If At First You Don’t Succeed, Lie, Lie Again

The House is debating the American Recovery and Reinvestment Act on the floor as I write this. And the conservative minority is employing the same tactics that have led them into the minority: failed ideas wrapped in fresh lies.

The big lie/talking point being repeated on the floor is that their own alternative economic plan “will create 6.2 million new American jobs over the next two years, according to a methodology used by President Obama’s own nominee as Chair of the White House Council of Economic Advisors, Dr. Christina Romer.”

For the past month, conservatives have been distorting and misapplying Romer’s 1994 economic paper to claim that tax cuts offer a huge “multiplier” effect for the economy, and public investment offers nothing. Of course, the conservative claims have been repeatedly debunked, most prominently this past Sunday by Nobel Laureate Paul Krugman on ABC’s This Week, but also by Brad DeLong and Nate Silver

But being debunked hasn’t ever stopped conservatives before. So they released an alternative plan that is all tax cuts, no public investment, then used their fictional Romer formula to calculate it would create 6.2 million jobs.

BREAKING NEWS (RealityBurg, ObviousLand): We just spent eight years trying to create jobs and grow the economy with only tax cuts and no public investment. It was a colossal flop, no matter how you interpret one aide’s academic paper from 15 years ago.

Of course, that was only one of the lies spluttered out during the course of debate.

Conservatives continue to employ the strategy as predicted by Marc Ambinder last month: “Think back to the (Bill-Clinton/Joe Biden!) crime bill of 1994, when Republicans rallied their base against the legislation by ridiculing a tiny part of it — proposals to expand midnight basketball leagues as a way of keeping kids off the streets and out of gangs.
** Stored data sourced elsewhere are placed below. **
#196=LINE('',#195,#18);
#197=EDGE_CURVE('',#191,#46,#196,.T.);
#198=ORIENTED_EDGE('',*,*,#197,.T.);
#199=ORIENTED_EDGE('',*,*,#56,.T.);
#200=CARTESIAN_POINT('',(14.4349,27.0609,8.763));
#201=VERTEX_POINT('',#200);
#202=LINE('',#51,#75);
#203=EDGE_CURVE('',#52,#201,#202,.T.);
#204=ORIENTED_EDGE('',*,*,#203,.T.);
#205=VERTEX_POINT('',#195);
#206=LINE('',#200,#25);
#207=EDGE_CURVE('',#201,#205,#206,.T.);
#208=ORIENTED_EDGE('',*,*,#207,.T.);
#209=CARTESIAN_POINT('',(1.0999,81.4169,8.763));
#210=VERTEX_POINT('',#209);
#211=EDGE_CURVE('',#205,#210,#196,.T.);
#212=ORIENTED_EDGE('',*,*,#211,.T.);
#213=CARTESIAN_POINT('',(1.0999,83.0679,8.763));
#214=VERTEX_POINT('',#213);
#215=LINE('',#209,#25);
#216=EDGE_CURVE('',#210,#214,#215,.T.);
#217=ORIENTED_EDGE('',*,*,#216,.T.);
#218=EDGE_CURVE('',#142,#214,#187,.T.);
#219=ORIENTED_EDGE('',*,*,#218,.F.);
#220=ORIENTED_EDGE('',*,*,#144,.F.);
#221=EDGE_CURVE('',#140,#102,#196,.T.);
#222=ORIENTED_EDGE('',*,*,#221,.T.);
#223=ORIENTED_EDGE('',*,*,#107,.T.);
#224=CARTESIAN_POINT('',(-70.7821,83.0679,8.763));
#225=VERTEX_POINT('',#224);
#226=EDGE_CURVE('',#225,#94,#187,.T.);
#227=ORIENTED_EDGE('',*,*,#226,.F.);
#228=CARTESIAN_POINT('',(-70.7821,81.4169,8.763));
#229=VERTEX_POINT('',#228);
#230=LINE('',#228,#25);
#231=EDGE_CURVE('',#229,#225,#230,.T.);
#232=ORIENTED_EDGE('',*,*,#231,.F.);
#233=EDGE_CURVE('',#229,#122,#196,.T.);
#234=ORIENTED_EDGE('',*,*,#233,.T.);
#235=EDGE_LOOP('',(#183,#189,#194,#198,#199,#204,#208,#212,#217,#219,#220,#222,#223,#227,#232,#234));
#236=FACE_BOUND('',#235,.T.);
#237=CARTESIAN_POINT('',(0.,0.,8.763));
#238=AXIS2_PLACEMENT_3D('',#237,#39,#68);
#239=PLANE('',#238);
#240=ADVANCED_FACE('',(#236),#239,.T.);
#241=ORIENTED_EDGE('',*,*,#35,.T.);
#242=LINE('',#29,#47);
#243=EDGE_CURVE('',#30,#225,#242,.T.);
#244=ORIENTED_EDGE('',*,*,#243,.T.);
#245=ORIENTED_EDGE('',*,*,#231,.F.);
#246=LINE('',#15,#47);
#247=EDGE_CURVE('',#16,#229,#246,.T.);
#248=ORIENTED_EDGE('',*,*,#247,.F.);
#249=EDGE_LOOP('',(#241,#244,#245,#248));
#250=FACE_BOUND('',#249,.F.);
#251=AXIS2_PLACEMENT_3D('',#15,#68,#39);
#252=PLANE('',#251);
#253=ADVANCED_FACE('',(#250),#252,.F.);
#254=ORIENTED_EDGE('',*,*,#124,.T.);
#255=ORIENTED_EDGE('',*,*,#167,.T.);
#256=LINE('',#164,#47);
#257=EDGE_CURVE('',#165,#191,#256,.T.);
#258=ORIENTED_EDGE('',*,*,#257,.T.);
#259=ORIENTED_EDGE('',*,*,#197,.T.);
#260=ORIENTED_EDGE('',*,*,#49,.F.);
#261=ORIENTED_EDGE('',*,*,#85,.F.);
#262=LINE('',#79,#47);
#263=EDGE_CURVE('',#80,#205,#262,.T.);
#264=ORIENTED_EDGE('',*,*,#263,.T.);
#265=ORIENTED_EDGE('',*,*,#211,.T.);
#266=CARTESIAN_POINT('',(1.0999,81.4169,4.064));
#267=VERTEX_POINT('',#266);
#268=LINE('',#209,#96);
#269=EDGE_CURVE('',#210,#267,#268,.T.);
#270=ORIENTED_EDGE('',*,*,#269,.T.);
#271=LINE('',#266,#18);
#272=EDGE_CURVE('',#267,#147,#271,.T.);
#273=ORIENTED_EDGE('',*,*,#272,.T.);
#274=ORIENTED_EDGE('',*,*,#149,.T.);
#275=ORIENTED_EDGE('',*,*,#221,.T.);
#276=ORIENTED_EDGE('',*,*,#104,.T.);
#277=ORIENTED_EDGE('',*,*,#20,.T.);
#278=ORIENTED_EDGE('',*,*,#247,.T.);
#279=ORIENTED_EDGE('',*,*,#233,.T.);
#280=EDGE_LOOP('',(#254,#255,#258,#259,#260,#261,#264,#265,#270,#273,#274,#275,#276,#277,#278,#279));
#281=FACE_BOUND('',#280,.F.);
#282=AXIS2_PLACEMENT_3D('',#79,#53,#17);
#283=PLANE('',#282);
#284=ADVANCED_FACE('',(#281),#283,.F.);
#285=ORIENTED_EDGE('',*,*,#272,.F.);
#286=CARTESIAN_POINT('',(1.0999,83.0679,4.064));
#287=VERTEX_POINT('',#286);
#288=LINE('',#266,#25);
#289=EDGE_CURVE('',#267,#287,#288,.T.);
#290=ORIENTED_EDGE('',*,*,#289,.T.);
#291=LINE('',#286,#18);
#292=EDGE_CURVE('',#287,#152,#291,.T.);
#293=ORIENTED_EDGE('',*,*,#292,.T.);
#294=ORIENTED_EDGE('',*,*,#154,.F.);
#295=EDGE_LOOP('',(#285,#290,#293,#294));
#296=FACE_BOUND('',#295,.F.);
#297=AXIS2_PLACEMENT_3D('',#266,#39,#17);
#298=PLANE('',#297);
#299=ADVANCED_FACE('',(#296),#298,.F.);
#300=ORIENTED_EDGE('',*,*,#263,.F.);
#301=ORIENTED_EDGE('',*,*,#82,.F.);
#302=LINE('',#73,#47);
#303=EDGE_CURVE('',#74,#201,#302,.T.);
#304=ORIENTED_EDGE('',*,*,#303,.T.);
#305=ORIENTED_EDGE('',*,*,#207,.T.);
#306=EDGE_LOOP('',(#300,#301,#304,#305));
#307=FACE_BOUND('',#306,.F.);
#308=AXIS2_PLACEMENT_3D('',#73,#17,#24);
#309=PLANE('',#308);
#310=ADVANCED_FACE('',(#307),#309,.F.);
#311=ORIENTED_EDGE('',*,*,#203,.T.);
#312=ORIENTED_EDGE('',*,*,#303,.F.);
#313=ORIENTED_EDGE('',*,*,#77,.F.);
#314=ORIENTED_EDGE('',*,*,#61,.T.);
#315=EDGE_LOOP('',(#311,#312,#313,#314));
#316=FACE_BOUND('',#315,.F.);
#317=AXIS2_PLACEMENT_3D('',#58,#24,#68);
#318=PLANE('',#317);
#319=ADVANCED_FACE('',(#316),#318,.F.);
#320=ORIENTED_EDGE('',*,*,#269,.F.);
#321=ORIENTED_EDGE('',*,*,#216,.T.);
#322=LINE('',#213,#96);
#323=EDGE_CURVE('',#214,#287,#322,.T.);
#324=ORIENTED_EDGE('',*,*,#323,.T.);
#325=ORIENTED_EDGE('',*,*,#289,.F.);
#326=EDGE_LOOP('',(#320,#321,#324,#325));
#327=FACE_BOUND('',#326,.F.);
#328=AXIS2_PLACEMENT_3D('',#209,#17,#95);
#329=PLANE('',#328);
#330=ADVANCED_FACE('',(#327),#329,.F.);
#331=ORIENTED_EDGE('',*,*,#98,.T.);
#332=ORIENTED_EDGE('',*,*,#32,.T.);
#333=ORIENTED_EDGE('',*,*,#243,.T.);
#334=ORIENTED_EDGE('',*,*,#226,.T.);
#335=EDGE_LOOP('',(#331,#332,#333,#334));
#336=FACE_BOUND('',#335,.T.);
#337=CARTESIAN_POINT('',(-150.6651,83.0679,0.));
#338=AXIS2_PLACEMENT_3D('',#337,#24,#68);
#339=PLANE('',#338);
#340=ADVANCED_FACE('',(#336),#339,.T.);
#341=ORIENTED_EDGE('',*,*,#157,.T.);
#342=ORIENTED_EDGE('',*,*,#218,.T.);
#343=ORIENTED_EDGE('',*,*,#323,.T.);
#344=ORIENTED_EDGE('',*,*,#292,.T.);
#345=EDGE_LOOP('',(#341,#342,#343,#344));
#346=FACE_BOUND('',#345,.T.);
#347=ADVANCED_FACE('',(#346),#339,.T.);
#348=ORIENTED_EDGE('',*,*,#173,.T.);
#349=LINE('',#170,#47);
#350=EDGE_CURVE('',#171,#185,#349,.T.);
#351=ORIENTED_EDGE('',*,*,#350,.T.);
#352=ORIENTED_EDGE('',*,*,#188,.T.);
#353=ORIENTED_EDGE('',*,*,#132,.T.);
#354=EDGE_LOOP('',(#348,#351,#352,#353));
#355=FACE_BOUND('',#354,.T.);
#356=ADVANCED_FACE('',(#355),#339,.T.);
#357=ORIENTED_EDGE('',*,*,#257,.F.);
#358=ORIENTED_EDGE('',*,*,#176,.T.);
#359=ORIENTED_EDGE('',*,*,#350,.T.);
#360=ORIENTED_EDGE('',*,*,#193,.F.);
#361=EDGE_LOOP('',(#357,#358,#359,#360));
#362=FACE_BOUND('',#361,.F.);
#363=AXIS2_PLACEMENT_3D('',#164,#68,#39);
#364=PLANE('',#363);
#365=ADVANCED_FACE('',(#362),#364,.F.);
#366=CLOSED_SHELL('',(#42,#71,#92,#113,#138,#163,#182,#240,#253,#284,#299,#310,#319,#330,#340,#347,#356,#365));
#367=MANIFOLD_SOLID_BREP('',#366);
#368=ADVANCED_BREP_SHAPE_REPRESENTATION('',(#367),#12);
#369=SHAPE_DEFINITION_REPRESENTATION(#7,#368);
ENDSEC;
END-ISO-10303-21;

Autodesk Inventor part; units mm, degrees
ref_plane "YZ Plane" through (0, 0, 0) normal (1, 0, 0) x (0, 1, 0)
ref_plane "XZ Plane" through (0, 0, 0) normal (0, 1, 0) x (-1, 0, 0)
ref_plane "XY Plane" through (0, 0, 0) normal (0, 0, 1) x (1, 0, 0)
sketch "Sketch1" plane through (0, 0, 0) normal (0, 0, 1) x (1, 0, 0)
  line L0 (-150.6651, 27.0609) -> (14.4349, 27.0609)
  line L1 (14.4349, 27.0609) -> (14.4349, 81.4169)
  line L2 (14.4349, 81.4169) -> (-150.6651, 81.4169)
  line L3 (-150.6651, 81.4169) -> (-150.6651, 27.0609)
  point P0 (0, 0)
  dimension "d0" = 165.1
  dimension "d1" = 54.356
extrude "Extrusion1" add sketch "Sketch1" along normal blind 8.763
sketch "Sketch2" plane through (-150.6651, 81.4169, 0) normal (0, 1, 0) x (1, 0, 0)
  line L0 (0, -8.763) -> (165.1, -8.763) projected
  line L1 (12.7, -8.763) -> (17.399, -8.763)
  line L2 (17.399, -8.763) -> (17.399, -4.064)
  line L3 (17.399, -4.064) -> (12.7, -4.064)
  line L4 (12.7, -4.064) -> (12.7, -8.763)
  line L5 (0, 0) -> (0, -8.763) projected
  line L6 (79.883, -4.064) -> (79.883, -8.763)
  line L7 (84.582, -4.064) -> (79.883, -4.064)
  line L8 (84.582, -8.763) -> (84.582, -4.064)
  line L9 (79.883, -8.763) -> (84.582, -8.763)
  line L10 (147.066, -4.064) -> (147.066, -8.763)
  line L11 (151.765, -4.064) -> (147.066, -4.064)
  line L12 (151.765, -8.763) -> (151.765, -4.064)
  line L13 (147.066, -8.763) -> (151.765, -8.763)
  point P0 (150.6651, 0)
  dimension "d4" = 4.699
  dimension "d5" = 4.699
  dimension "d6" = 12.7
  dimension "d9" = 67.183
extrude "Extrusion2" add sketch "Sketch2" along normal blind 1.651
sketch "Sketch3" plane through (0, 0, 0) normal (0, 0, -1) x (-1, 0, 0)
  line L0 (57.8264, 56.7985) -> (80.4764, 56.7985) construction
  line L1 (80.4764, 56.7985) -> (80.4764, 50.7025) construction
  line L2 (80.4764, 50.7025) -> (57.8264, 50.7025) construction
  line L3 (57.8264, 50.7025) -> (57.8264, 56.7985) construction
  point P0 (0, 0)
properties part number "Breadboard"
Watch for Republicans to settle on a handful of objectionable items and create the impression that the entire enterprise is suspect.”

That’s what the attacks against tiny slivers of the package — family planning services, re-sodding the National Mall, arts funding — are all about.

And facts rarely get in the way. I am still seeing conservative congresspeople whine on TV about re-sodding the National Mall, even though that has already been stripped from the bill (and would require hiring people and buying materials to do it.)

Most importantly, McClatchy Newspapers put the criticisms in proper context: “House Republicans have lampooned some modest spending provisions in the package that have little to do with stimulating the economy, but those measures account for only a small portion of the money.”

Yet they desperately try it make it sound the entire bill is wasteful pork. GOP Rep. Paul Ryan claimed on the House floor that only “12 percent” of the bill in about creating jobs, and “the rest is spending.”

Where to begin with such idiocy?! First, it’s not relevant what percent is about creating jobs (though I certainly don’t take their number at face value), but how many jobs would be created or saved.

The Obama administration pegged it at 3 to 4 million jobs, which is in sync with the Congressional Budget Office’s high-end estimate of 3.6 million jobs by next year (though CBO notes that more skeptical economist predictions put the low-end estimate at 1.2 million jobs.)

And those jobs would be largely created by the spending, the investment in tangible projects that our crumbling neglected infrastructure is crying out for.

Second, the other large portions of the bill are not on pork, but education, unemployment benefits, other aid to state governments as well as tax cuts mostly geared to working families (apparently for conservatives, tax cuts don’t count unless they go to CEOs).

These initiatives are not necessarily designed to create jobs — a comprehensive economic strategy involves more than one thing! — but to forestall job and service cuts that would undermine federal stimulus, and give the squeezed, unemployed and impoverished funds to they can survive and keep money flowing in the overall economy.

It’s bottom-up stimulus, not more failed trickle-down nonsense.

There are fair arguments to be made against the plan. For example, there are respected economists concerned that the bill does not spend enough to move our $15 trillion economy.

But no one with any expertise and credibility is advocating another around of conservative tax cut rehash that amounts to, as my colleague Isaiah Poole put it, “used junk on eBay.”

Perhaps that’s why the past month of conservative nonsense has done nothing to move public opinion, which is strongly for President Obama and strongly for an economic recovery bill like Obama’s which is “a combination of tax cuts and transportation, education and energy projects.”

One Republican political operative worried that his party risks becoming “a talk-show party.” That’s what the conservative House minority has done to the party today.

Lies are the lubricant that keeps conservative talk radio cranking and the conservative diaspora detached from reality. But today’s reality is too stark for most to be ignored, which is why the continuation of a lie-based strategy is bound to keep conservatives mired in irrelevance.

UPDATE: And now it has passed the House, 244-188, without a single Republican vote. House conservatives have sent a clear signal to the nation: we are not renouncing our failures of the past, and we are not part of the solution you voted for. Good luck with that.